**Exercise instructions:** In exact form, please repeat the records from their opening line down to the line with "#21=ORIENTED_EDGE('',*,*,#20,.F.);", including that line.

== Segment start ==

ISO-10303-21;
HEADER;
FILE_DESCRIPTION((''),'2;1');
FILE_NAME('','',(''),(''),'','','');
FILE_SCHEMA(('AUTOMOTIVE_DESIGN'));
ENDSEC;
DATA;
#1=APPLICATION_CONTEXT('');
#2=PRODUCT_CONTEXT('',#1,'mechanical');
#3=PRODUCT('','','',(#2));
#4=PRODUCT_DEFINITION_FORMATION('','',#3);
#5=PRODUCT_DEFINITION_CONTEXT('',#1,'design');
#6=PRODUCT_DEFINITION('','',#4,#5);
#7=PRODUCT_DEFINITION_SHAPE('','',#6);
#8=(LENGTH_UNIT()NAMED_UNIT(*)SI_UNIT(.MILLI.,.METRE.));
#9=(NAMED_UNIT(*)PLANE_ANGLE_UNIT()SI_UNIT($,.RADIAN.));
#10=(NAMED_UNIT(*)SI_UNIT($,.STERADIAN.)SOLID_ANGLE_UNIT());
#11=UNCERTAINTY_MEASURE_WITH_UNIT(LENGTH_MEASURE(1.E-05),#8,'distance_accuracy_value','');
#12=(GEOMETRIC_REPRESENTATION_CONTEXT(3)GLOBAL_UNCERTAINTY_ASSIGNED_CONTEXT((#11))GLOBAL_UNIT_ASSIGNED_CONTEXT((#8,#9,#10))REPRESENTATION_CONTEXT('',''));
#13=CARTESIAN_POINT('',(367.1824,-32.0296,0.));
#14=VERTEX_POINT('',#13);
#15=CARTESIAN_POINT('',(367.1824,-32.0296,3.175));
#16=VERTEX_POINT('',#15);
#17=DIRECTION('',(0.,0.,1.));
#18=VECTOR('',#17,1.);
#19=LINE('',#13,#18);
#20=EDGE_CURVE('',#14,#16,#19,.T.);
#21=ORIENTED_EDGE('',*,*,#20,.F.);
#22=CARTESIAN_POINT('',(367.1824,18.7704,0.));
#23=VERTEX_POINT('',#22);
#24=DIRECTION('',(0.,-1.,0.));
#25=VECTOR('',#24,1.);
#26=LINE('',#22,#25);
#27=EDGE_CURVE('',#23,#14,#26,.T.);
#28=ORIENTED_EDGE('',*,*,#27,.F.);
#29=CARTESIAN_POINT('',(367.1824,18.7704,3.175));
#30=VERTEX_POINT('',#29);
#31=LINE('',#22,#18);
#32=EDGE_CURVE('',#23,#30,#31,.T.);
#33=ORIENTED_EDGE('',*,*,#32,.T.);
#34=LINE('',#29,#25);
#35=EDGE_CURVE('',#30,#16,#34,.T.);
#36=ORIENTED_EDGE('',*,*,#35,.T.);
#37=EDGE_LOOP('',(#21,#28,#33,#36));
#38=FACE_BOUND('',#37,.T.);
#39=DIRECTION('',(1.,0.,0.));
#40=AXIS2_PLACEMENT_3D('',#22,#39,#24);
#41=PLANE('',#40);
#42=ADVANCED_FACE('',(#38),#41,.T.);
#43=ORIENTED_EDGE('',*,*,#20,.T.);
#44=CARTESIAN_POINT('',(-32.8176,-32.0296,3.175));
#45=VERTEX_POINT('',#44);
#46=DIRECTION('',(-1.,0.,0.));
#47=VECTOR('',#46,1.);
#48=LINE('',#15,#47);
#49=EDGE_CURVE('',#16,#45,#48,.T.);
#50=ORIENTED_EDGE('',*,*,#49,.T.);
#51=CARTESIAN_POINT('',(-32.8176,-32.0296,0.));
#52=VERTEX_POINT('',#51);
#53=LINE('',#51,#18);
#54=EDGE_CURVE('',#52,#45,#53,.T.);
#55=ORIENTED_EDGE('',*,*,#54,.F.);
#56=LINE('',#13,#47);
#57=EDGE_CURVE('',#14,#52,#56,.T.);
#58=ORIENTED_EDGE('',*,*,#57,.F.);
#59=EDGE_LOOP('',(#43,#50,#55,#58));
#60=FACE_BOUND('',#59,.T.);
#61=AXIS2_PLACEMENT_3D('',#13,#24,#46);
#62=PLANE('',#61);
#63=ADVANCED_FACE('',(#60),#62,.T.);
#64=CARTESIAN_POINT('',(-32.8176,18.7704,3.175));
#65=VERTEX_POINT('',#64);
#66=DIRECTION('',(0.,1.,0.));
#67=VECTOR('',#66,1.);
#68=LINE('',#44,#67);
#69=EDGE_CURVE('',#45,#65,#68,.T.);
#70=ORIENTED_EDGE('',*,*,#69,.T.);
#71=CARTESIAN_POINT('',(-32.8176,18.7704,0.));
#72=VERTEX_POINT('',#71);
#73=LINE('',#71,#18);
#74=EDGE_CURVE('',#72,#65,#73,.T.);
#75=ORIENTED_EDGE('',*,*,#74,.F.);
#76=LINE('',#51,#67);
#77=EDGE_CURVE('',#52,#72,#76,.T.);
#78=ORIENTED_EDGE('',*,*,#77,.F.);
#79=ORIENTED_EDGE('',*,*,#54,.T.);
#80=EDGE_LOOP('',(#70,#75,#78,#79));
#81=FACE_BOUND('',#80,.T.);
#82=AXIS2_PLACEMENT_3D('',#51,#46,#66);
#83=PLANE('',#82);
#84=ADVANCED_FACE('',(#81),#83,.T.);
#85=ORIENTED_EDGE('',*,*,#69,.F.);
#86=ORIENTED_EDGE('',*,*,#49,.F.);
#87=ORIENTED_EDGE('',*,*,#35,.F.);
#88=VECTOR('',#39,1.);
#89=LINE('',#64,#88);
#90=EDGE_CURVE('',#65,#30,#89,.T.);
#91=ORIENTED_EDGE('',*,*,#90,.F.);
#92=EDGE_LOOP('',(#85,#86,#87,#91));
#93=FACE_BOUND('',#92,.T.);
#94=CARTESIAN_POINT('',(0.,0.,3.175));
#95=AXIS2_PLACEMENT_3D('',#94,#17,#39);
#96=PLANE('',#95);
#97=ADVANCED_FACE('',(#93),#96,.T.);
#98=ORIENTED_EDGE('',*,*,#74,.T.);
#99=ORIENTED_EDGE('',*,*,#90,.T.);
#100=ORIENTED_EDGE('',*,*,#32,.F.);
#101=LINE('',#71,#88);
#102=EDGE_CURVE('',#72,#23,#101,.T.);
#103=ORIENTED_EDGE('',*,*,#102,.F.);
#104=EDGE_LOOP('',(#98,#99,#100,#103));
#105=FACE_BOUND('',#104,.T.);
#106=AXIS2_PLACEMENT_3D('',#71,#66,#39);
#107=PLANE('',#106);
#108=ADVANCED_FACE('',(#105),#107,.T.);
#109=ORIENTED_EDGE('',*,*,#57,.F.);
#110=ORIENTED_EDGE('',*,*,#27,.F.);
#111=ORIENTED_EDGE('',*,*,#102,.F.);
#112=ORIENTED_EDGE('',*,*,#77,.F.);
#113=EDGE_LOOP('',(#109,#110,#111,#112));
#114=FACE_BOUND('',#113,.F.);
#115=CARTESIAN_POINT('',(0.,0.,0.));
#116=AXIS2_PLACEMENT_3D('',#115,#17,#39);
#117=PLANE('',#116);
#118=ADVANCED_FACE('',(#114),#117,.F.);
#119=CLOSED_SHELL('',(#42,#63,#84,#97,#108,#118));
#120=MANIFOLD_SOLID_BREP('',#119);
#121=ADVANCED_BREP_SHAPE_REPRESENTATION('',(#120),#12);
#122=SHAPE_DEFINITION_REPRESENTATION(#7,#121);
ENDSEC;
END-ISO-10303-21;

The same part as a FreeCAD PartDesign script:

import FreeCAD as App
import Part
import Sketcher
from FreeCAD import Vector
Q = App.Units.Quantity


def add_polygon(sketch, points):
    """Adds a closed chain of lines whose ends are joined by coincident constraints."""
    first, n = sketch.GeometryCount, len(points)
    for a, b in zip(points, points[1:] + points[:1]):
        sketch.addGeometry(Part.LineSegment(App.Vector(*a, 0), App.Vector(*b, 0)), False)
    for i in range(n):
        sketch.addConstraint(Sketcher.Constraint("Coincident", first + i, 2, first + (i + 1) % n, 1))

doc = App.newDocument("Part")
body = doc.addObject("PartDesign::Body", "Body")

# Sketch on XY plane
sketch1 = body.newObject("Sketcher::SketchObject", "Sketch")
sketch1.AttachmentSupport = (doc.getObject("XY_Plane"), [""])
sketch1.MapMode = "FlatFace"
add_polygon(sketch1, [(367, 19), (-33, 19), (-33, -32), (367, -32)])  # lines 0-3
sketch1.addConstraint(Sketcher.Constraint("Horizontal", 0))
sketch1.addConstraint(Sketcher.Constraint("Vertical", 1))
sketch1.addConstraint(Sketcher.Constraint("Horizontal", 2))
sketch1.addConstraint(Sketcher.Constraint("Vertical", 3))
sketch1.addConstraint(Sketcher.Constraint("DistanceY", 1, 2, 1, 1, Q("2 in")))
sketch1.addConstraint(Sketcher.Constraint("DistanceX", 0, 2, 0, 1, 400.0))
sketch1.addConstraint(Sketcher.Constraint("DistanceY", -1, 1, 0, 2, Q("0.739 in")))
sketch1.addConstraint(Sketcher.Constraint("DistanceX", -1, 1, 2, 2, Q("14.456 in")))
pad1 = body.newObject("PartDesign::Pad", "Pad")
pad1.Profile = sketch1
pad1.Length = Q("0.125 in")

doc.recompute()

== Segment end ==

**Written response:**
ISO-10303-21;
HEADER;
FILE_DESCRIPTION((''),'2;1');
FILE_NAME('','',(''),(''),'','','');
FILE_SCHEMA(('AUTOMOTIVE_DESIGN'));
ENDSEC;
DATA;
#1=APPLICATION_CONTEXT('');
#2=PRODUCT_CONTEXT('',#1,'mechanical');
#3=PRODUCT('','','',(#2));
#4=PRODUCT_DEFINITION_FORMATION('','',#3);
#5=PRODUCT_DEFINITION_CONTEXT('',#1,'design');
#6=PRODUCT_DEFINITION('','',#4,#5);
#7=PRODUCT_DEFINITION_SHAPE('','',#6);
#8=(LENGTH_UNIT()NAMED_UNIT(*)SI_UNIT(.MILLI.,.METRE.));
#9=(NAMED_UNIT(*)PLANE_ANGLE_UNIT()SI_UNIT($,.RADIAN.));
#10=(NAMED_UNIT(*)SI_UNIT($,.STERADIAN.)SOLID_ANGLE_UNIT());
#11=UNCERTAINTY_MEASURE_WITH_UNIT(LENGTH_MEASURE(1.E-05),#8,'distance_accuracy_value','');
#12=(GEOMETRIC_REPRESENTATION_CONTEXT(3)GLOBAL_UNCERTAINTY_ASSIGNED_CONTEXT((#11))GLOBAL_UNIT_ASSIGNED_CONTEXT((#8,#9,#10))REPRESENTATION_CONTEXT('',''));
#13=CARTESIAN_POINT('',(367.1824,-32.0296,0.));
#14=VERTEX_POINT('',#13);
#15=CARTESIAN_POINT('',(367.1824,-32.0296,3.175));
#16=VERTEX_POINT('',#15);
#17=DIRECTION('',(0.,0.,1.));
#18=VECTOR('',#17,1.);
#19=LINE('',#13,#18);
#20=EDGE_CURVE('',#14,#16,#19,.T.);
#21=ORIENTED_EDGE('',*,*,#20,.F.);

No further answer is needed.